» **Data for this task**
────────────────────

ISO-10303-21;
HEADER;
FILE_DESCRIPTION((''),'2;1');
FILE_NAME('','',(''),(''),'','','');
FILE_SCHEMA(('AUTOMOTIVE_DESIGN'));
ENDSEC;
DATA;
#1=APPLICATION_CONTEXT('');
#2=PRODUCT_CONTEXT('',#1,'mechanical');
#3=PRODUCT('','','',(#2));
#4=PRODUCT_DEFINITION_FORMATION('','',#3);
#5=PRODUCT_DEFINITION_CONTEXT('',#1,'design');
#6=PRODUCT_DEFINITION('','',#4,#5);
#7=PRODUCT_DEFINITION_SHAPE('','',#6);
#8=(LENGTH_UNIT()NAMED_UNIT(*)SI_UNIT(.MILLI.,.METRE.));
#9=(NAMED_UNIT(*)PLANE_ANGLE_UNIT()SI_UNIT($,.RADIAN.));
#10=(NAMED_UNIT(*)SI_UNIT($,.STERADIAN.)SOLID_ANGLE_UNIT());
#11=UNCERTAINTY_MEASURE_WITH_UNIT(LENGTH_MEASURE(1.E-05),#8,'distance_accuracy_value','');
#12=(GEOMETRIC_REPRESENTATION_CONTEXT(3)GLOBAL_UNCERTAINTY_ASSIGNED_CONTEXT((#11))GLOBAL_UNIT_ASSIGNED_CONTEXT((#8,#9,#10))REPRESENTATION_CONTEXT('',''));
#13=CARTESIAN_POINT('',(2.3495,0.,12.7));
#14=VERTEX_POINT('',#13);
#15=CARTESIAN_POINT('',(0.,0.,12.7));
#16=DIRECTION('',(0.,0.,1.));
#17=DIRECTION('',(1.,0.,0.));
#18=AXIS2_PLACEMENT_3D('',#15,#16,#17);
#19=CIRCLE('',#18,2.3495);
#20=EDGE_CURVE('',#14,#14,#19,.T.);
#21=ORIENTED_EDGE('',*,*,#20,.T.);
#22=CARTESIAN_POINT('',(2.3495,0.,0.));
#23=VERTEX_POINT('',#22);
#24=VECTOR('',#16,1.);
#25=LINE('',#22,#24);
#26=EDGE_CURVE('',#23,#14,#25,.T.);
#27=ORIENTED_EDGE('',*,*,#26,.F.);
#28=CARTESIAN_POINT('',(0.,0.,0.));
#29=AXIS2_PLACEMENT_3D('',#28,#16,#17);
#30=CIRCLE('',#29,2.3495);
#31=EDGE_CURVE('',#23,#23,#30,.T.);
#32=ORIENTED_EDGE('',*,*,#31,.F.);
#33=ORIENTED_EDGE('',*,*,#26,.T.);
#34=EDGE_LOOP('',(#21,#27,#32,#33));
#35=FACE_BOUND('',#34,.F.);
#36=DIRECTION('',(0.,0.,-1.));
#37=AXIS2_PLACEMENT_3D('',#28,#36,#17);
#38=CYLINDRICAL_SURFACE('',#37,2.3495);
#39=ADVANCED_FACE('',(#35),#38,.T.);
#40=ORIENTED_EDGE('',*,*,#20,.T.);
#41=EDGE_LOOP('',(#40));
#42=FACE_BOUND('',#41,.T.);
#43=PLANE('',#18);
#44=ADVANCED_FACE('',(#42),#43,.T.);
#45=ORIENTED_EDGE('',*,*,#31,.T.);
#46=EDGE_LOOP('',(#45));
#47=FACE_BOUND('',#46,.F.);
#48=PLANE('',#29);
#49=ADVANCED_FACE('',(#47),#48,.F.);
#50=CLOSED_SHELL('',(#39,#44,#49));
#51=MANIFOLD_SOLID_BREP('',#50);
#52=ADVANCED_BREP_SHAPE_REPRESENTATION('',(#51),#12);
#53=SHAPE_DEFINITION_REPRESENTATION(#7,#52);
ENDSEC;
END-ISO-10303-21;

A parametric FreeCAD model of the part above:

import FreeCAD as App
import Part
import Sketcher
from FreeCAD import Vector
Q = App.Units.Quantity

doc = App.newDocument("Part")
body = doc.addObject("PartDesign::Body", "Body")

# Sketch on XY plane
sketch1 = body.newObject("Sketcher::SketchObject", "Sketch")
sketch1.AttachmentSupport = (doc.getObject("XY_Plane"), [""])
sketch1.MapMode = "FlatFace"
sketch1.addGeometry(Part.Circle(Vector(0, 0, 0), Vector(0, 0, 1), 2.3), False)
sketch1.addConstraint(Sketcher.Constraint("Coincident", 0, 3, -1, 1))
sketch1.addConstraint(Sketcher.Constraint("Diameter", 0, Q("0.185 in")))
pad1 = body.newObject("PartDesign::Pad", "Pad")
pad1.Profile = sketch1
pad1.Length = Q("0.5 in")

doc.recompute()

────────────────────

» **How to complete this task**
Taking no liberties, give the material above again in full.

» **Exercise response**
ISO-10303-21;
HEADER;
FILE_DESCRIPTION((''),'2;1');
FILE_NAME('','',(''),(''),'','','');
FILE_SCHEMA(('AUTOMOTIVE_DESIGN'));
ENDSEC;
DATA;
#1=APPLICATION_CONTEXT('');
#2=PRODUCT_CONTEXT('',#1,'mechanical');
#3=PRODUCT('','','',(#2));
#4=PRODUCT_DEFINITION_FORMATION('','',#3);
#5=PRODUCT_DEFINITION_CONTEXT('',#1,'design');
#6=PRODUCT_DEFINITION('','',#4,#5);
#7=PRODUCT_DEFINITION_SHAPE('','',#6);
#8=(LENGTH_UNIT()NAMED_UNIT(*)SI_UNIT(.MILLI.,.METRE.));
#9=(NAMED_UNIT(*)PLANE_ANGLE_UNIT()SI_UNIT($,.RADIAN.));
#10=(NAMED_UNIT(*)SI_UNIT($,.STERADIAN.)SOLID_ANGLE_UNIT());
#11=UNCERTAINTY_MEASURE_WITH_UNIT(LENGTH_MEASURE(1.E-05),#8,'distance_accuracy_value','');
#12=(GEOMETRIC_REPRESENTATION_CONTEXT(3)GLOBAL_UNCERTAINTY_ASSIGNED_CONTEXT((#11))GLOBAL_UNIT_ASSIGNED_CONTEXT((#8,#9,#10))REPRESENTATION_CONTEXT('',''));
#13=CARTESIAN_POINT('',(2.3495,0.,12.7));
#14=VERTEX_POINT('',#13);
#15=CARTESIAN_POINT('',(0.,0.,12.7));
#16=DIRECTION('',(0.,0.,1.));
#17=DIRECTION('',(1.,0.,0.));
#18=AXIS2_PLACEMENT_3D('',#15,#16,#17);
#19=CIRCLE('',#18,2.3495);
#20=EDGE_CURVE('',#14,#14,#19,.T.);
#21=ORIENTED_EDGE('',*,*,#20,.T.);
#22=CARTESIAN_POINT('',(2.3495,0.,0.));
#23=VERTEX_POINT('',#22);
#24=VECTOR('',#16,1.);
#25=LINE('',#22,#24);
#26=EDGE_CURVE('',#23,#14,#25,.T.);
#27=ORIENTED_EDGE('',*,*,#26,.F.);
#28=CARTESIAN_POINT('',(0.,0.,0.));
#29=AXIS2_PLACEMENT_3D('',#28,#16,#17);
#30=CIRCLE('',#29,2.3495);
#31=EDGE_CURVE('',#23,#23,#30,.T.);
#32=ORIENTED_EDGE('',*,*,#31,.F.);
#33=ORIENTED_EDGE('',*,*,#26,.T.);
#34=EDGE_LOOP('',(#21,#27,#32,#33));
#35=FACE_BOUND('',#34,.F.);
#36=DIRECTION('',(0.,0.,-1.));
#37=AXIS2_PLACEMENT_3D('',#28,#36,#17);
#38=CYLINDRICAL_SURFACE('',#37,2.3495);
#39=ADVANCED_FACE('',(#35),#38,.T.);
#40=ORIENTED_EDGE('',*,*,#20,.T.);
#41=EDGE_LOOP('',(#40));
#42=FACE_BOUND('',#41,.T.);
#43=PLANE('',#18);
#44=ADVANCED_FACE('',(#42),#43,.T.);
#45=ORIENTED_EDGE('',*,*,#31,.T.);
#46=EDGE_LOOP('',(#45));
#47=FACE_BOUND('',#46,.F.);
#48=PLANE('',#29);
#49=ADVANCED_FACE('',(#47),#48,.F.);
#50=CLOSED_SHELL('',(#39,#44,#49));
#51=MANIFOLD_SOLID_BREP('',#50);
#52=ADVANCED_BREP_SHAPE_REPRESENTATION('',(#51),#12);
#53=SHAPE_DEFINITION_REPRESENTATION(#7,#52);
ENDSEC;
END-ISO-10303-21;

A parametric FreeCAD model of the part above:

import FreeCAD as App
import Part
import Sketcher
from FreeCAD import Vector
Q = App.Units.Quantity

doc = App.newDocument("Part")
body = doc.addObject("PartDesign::Body", "Body")

# Sketch on XY plane
sketch1 = body.newObject("Sketcher::SketchObject", "Sketch")
sketch1.AttachmentSupport = (doc.getObject("XY_Plane"), [""])
sketch1.MapMode = "FlatFace"
sketch1.addGeometry(Part.Circle(Vector(0, 0, 0), Vector(0, 0, 1), 2.3), False)
sketch1.addConstraint(Sketcher.Constraint("Coincident", 0, 3, -1, 1))
sketch1.addConstraint(Sketcher.Constraint("Diameter", 0, Q("0.185 in")))
pad1 = body.newObject("PartDesign::Pad", "Pad")
pad1.Profile = sketch1
pad1.Length = Q("0.5 in")

doc.recompute()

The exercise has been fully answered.